WHAT IS REQUIRED → In the data below, the answer is the run of lines from the line containing "f 329 327 425" through the line containing "f 438 254 449", both included; print it exactly and nothing else.

____ RECORD EXCERPTS

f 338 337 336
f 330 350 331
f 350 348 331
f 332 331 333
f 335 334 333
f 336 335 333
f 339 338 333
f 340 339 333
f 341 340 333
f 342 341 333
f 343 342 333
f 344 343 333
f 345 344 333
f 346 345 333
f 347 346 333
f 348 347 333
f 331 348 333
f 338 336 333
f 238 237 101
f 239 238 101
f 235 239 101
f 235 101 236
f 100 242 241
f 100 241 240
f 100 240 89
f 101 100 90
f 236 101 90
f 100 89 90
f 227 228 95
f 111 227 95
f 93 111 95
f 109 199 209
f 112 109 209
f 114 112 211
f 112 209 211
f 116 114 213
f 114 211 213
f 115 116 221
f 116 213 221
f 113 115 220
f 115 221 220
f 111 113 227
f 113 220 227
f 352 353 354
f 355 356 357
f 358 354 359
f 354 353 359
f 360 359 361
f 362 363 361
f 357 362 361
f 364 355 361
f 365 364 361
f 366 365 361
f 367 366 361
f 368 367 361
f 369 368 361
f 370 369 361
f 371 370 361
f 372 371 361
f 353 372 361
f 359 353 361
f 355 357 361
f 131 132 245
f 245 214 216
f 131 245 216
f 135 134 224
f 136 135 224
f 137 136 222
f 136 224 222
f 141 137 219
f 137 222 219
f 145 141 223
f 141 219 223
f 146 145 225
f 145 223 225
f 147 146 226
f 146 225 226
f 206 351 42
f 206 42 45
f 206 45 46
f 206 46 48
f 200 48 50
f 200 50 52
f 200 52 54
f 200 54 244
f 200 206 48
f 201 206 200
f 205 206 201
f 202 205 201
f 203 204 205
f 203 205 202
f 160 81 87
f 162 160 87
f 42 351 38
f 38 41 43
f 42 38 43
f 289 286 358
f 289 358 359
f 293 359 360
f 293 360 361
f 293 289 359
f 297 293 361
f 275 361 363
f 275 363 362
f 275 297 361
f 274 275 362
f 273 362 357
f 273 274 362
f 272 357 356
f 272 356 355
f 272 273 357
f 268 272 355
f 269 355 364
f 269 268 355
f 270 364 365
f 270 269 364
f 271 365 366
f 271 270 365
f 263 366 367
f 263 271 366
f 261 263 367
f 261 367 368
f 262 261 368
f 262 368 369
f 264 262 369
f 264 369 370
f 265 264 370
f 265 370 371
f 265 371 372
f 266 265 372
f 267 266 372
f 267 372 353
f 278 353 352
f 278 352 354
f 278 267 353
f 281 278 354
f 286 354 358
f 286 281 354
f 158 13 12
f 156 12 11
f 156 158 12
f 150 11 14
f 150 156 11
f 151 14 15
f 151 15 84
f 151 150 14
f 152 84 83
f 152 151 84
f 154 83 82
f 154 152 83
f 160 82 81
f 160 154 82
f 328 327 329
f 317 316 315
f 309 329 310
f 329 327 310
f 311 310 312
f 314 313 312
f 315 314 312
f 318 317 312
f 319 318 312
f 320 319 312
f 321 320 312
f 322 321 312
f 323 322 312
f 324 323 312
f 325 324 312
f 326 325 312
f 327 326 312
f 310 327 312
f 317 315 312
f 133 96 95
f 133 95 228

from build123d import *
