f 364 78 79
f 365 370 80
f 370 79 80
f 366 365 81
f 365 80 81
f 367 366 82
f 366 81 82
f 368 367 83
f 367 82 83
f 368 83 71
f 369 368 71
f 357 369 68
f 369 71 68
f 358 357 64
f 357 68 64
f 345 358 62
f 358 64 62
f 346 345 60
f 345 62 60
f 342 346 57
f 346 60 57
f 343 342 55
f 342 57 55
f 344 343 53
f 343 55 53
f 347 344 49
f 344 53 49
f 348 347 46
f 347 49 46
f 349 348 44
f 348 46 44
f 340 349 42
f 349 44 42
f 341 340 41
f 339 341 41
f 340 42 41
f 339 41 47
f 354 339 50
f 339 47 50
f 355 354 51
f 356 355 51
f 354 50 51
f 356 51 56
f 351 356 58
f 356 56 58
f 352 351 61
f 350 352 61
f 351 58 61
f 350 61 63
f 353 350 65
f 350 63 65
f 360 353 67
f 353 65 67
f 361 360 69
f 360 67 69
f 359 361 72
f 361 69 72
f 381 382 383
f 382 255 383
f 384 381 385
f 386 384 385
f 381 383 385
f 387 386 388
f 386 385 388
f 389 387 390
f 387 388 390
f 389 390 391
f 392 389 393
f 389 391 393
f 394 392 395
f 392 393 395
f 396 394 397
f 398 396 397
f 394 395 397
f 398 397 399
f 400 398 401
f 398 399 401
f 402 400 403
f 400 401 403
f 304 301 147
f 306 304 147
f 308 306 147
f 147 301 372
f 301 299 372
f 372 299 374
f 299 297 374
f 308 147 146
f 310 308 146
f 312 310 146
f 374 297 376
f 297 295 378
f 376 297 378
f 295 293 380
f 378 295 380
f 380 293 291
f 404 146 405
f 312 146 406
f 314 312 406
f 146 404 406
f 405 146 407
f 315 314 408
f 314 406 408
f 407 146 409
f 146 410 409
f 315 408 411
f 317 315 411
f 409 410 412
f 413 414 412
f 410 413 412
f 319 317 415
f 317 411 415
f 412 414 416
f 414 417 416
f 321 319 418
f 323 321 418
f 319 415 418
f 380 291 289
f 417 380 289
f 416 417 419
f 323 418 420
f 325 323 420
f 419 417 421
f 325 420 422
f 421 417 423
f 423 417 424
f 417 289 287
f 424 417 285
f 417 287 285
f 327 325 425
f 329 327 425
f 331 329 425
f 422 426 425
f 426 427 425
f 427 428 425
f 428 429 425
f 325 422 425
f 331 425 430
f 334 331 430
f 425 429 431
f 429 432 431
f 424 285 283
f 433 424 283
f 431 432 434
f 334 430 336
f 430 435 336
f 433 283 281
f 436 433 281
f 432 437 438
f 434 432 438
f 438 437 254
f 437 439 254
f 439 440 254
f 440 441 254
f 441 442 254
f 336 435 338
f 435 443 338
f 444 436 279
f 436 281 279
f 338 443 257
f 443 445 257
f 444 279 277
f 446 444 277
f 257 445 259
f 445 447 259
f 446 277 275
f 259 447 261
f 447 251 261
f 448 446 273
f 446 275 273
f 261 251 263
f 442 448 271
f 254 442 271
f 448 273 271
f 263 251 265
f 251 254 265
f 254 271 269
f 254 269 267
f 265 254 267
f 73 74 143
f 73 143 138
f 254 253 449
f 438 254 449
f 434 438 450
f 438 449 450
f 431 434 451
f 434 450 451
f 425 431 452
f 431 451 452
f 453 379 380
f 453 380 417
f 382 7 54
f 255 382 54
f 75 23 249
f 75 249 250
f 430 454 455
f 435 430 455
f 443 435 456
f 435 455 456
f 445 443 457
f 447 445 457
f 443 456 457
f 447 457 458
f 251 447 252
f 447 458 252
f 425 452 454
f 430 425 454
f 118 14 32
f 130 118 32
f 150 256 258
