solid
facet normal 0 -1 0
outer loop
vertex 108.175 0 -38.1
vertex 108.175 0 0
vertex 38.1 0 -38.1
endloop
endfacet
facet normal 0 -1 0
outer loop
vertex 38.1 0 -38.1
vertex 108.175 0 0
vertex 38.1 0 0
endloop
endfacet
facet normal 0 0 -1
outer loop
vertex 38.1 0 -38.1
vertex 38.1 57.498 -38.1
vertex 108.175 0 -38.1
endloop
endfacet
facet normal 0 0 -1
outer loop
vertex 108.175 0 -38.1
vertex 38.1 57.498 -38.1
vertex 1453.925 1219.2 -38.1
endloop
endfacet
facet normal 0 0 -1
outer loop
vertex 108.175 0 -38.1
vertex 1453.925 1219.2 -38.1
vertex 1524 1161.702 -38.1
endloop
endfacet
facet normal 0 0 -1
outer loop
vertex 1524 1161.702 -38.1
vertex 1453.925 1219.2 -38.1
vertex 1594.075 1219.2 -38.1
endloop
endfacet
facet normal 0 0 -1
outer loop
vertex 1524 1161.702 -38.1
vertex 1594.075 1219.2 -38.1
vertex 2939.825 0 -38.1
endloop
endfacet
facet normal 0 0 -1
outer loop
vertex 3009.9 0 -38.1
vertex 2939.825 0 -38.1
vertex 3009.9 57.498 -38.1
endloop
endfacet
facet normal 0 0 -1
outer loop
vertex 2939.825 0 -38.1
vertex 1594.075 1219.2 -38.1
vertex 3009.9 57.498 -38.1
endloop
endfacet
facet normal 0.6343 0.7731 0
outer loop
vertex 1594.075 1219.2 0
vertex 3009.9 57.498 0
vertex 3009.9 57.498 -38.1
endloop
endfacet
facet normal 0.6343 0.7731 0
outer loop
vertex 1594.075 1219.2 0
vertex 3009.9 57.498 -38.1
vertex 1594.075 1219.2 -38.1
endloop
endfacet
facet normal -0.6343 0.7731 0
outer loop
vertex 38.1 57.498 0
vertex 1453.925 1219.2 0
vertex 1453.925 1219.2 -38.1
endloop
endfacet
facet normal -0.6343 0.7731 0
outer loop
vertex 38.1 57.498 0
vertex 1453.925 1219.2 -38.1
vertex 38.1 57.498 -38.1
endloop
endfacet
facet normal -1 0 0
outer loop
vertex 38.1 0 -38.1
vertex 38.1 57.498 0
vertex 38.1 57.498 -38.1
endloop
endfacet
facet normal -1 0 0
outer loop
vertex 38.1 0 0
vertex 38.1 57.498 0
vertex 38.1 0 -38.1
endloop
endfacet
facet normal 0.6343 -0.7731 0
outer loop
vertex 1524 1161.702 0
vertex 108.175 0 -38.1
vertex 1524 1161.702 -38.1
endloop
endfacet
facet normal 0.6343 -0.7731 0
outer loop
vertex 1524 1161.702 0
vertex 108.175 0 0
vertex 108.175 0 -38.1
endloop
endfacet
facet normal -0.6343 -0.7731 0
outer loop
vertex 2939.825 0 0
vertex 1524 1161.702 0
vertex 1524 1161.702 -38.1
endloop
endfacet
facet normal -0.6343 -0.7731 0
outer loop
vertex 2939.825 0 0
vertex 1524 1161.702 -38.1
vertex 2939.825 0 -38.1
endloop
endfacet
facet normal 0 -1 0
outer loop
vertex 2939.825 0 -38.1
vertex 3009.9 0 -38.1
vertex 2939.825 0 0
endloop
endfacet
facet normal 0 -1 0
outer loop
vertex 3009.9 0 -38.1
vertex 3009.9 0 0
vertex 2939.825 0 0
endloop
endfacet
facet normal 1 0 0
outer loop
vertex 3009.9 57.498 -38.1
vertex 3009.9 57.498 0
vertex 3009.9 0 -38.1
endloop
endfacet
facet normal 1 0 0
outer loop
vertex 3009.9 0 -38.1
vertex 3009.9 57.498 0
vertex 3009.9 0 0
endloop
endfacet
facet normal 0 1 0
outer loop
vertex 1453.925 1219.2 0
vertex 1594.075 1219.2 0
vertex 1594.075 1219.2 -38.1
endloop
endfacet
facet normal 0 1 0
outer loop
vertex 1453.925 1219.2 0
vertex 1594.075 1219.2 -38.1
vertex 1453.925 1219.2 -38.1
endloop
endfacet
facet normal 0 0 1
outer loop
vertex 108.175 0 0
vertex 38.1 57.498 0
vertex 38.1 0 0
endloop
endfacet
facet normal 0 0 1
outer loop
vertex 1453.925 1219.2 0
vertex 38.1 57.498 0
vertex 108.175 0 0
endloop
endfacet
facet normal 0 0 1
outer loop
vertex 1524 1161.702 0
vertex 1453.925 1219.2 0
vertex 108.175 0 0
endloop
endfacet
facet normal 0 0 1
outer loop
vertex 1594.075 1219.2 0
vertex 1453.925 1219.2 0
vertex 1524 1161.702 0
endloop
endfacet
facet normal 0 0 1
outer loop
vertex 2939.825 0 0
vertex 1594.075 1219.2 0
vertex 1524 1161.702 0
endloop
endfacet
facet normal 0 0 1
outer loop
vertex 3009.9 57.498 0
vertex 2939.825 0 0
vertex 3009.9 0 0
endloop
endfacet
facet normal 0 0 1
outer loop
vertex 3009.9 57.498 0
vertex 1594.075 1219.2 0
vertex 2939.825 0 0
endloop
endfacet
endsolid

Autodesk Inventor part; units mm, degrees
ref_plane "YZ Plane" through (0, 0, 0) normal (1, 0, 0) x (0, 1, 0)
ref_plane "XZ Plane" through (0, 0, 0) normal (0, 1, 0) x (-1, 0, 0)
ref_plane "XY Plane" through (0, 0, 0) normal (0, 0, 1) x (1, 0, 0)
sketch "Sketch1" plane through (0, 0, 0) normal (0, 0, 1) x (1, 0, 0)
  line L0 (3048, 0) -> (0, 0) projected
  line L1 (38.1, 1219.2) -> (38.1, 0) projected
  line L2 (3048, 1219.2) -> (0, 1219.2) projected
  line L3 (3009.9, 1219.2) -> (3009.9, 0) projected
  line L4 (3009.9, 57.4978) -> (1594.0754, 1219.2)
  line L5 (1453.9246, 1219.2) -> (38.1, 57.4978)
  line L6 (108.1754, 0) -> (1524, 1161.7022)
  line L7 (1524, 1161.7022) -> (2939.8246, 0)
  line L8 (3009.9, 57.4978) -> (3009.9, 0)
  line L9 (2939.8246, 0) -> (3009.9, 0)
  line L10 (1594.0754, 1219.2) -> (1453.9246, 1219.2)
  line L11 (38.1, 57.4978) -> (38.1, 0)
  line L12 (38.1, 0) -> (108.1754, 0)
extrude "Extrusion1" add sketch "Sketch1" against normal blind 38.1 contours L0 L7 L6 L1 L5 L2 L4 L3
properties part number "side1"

________

EXPECTED ANSWER →
f 329 327 425
f 331 329 425
f 422 426 425
f 426 427 425
f 427 428 425
f 428 429 425
f 325 422 425
f 331 425 430
f 334 331 430
f 425 429 431
f 429 432 431
f 424 285 283
f 433 424 283
f 431 432 434
f 334 430 336
f 430 435 336
f 433 283 281
f 436 433 281
f 432 437 438
f 434 432 438
f 438 437 254
f 437 439 254
f 439 440 254
f 440 441 254
f 441 442 254
f 336 435 338
f 435 443 338
f 444 436 279
f 436 281 279
f 338 443 257
f 443 445 257
f 444 279 277
f 446 444 277
f 257 445 259
f 445 447 259
f 446 277 275
f 259 447 261
f 447 251 261
f 448 446 273
f 446 275 273
f 261 251 263
f 442 448 271
f 254 442 271
f 448 273 271
f 263 251 265
f 251 254 265
f 254 271 269
f 254 269 267
f 265 254 267
f 73 74 143
f 73 143 138
f 254 253 449
f 438 254 449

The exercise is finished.